Diseño

Charlotte Perriand: la mujer detrás de los muebles que Le Corbusier firmó

Charlotte Perriand: la mujer detrás de los muebles que Le Corbusier firmó

En 1927, una joven de 24 años llamada Charlotte Perriand llegó al estudio de Le Corbusier en París con una idea muy clara: quería trabajar con el arquitecto más influyente de su época. La respuesta de él fue inmediata y rotunda: "Aquí no bordamos cojines."

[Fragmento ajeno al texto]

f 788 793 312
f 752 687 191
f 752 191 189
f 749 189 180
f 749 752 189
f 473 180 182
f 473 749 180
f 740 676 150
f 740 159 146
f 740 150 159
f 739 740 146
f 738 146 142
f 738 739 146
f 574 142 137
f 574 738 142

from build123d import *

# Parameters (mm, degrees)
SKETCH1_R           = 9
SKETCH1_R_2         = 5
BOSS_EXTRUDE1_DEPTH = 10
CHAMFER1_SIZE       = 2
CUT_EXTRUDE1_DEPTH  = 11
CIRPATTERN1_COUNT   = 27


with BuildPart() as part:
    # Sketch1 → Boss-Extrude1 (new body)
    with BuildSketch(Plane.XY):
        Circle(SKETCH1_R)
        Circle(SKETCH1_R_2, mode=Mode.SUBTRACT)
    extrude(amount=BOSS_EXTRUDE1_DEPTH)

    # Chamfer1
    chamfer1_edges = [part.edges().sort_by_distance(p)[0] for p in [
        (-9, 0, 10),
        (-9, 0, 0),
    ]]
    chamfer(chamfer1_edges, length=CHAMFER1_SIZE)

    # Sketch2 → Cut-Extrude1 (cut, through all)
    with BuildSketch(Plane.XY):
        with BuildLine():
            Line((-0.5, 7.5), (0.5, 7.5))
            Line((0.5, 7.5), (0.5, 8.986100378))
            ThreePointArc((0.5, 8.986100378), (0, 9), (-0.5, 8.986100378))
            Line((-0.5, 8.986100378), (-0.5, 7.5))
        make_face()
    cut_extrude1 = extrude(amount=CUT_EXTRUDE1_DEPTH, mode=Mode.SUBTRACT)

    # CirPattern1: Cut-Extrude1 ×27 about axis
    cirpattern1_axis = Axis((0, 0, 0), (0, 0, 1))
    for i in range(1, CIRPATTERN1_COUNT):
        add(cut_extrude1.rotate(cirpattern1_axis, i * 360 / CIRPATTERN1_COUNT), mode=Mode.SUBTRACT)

Semanas después, Le Corbusier visitó su apartamento. Vio el Bar bajo el techo de cristal que ella había construido en su ático —una instalación de aluminio, vidrio y metal que parecía sacada del futuro. Se disculpó. Y comenzaron diez años de colaboración que cambiarían la historia del diseño.

El problema es que esa historia se contó durante décadas con un solo nombre.

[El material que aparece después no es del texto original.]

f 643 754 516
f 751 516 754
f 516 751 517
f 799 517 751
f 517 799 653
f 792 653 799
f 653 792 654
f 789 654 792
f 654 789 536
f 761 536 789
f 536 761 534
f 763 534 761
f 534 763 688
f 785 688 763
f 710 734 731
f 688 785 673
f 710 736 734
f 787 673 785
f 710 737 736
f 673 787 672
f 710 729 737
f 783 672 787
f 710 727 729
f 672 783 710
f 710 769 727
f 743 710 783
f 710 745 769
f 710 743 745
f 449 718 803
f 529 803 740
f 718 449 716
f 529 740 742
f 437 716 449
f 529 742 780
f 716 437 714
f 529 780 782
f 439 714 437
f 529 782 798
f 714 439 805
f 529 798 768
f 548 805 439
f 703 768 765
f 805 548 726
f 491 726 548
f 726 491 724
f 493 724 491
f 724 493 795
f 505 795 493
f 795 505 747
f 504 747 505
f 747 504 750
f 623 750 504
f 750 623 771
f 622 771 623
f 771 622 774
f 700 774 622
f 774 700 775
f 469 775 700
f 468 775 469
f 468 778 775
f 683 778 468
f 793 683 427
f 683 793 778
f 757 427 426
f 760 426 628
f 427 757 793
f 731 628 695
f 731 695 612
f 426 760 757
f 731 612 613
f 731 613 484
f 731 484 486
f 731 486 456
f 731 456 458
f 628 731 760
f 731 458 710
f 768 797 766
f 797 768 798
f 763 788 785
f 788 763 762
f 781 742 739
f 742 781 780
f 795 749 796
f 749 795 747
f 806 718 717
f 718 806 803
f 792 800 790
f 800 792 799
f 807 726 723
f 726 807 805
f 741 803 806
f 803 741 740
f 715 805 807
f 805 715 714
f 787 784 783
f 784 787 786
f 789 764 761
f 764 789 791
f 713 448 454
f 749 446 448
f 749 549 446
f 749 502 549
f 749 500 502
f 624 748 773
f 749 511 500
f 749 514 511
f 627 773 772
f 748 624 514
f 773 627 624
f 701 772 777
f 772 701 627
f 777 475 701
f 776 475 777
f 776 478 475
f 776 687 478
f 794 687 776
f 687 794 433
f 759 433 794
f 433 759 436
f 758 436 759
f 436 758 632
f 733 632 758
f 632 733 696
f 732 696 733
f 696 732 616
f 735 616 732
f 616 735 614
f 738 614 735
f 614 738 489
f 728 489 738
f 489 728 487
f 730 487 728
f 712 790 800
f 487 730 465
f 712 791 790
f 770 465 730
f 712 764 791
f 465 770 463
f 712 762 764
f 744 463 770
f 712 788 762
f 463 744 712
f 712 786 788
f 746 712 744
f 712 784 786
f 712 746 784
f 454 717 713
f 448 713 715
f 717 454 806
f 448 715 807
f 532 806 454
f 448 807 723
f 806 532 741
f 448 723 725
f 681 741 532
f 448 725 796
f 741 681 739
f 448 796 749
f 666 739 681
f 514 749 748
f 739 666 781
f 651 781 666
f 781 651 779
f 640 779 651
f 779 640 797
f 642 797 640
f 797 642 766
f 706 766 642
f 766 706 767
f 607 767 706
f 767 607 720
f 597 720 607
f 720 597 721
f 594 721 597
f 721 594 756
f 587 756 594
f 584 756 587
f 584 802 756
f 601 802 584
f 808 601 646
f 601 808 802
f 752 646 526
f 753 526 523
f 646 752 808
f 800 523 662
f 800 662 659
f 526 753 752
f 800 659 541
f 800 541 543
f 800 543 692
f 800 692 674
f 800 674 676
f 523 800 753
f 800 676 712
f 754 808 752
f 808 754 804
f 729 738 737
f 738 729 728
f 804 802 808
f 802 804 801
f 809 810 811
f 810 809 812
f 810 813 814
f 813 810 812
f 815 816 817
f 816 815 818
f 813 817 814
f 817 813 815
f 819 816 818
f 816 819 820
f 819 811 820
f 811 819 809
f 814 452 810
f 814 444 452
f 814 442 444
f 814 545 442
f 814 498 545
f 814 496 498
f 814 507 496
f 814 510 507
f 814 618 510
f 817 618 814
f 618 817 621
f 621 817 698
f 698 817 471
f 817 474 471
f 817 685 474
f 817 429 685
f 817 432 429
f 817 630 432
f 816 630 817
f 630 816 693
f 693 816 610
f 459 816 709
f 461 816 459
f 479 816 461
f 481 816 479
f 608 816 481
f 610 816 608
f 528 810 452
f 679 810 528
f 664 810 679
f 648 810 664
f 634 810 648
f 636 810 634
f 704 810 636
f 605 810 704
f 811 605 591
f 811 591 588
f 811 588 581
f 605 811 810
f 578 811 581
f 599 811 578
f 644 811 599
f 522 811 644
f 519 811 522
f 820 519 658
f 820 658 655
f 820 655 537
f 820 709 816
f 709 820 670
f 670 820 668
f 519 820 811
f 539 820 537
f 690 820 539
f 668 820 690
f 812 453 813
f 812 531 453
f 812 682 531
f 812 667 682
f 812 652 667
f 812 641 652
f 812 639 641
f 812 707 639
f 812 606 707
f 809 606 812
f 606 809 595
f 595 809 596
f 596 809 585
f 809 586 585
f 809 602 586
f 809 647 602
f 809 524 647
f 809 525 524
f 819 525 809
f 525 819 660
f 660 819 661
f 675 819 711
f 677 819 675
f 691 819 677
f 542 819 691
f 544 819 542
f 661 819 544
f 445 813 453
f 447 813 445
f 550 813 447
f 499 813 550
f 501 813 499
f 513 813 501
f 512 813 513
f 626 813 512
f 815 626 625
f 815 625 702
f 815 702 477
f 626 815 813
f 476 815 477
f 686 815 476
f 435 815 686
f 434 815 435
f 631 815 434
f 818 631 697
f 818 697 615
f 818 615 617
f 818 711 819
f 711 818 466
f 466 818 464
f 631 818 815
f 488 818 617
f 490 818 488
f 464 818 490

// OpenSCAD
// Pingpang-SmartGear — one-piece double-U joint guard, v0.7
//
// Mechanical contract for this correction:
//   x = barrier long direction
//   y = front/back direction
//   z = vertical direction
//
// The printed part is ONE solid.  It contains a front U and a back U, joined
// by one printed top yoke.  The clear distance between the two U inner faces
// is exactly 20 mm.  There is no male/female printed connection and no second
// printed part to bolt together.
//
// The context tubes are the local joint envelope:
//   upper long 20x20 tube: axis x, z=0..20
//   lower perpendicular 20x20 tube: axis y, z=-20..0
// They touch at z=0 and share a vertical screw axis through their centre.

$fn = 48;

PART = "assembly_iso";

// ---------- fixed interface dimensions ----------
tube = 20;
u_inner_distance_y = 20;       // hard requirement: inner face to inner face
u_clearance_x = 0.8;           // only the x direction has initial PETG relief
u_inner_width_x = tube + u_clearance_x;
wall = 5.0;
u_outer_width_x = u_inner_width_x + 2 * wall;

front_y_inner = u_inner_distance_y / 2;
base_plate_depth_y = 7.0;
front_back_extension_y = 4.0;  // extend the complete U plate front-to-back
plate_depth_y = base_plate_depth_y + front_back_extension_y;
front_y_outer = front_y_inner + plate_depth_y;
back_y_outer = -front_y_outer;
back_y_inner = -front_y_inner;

La Chaise Longue LC4 —esa pieza que Le Corbusier llamaba "la máquina de descansar" y que hoy reproduce Cassina— es de Charlotte Perriand. El sillón LC2 es de Charlotte Perriand. La silla giratoria LC7, los módulos de almacenamiento que estructuraban los interiores de las villas modernistas, la lógica ergonómica que hacía habitables los proyectos del arquitecto —todo eso es de Charlotte Perriand.

Lo que Le Corbusier construía por fuera, ella lo habitaba por dentro.

Perriand no era una asistente. Era la responsable de mobiliario e interiores del estudio, y fue ella quien introdujo materiales industriales —el acero tubular, el aluminio, el cuero— en el vocabulario del hogar moderno. Fue ella quien estudió la ergonomía del cuerpo humano para entender cómo debía inclinarse un respaldo o apoyarse un brazo.

En 1937 dejó el estudio y viajó a Japón, donde trabajó como asesora del Ministerio de Comercio e Industria. La Segunda Guerra Mundial la dejó exiliada en Vietnam. Allí, sin acero ni aluminio, trabajó con bambú. Nació la Tokyo Chaise Longue —una reinterpretación de la LC4 en materiales orgánicos que demuestra que su genio no dependía de los materiales, sino de la mirada.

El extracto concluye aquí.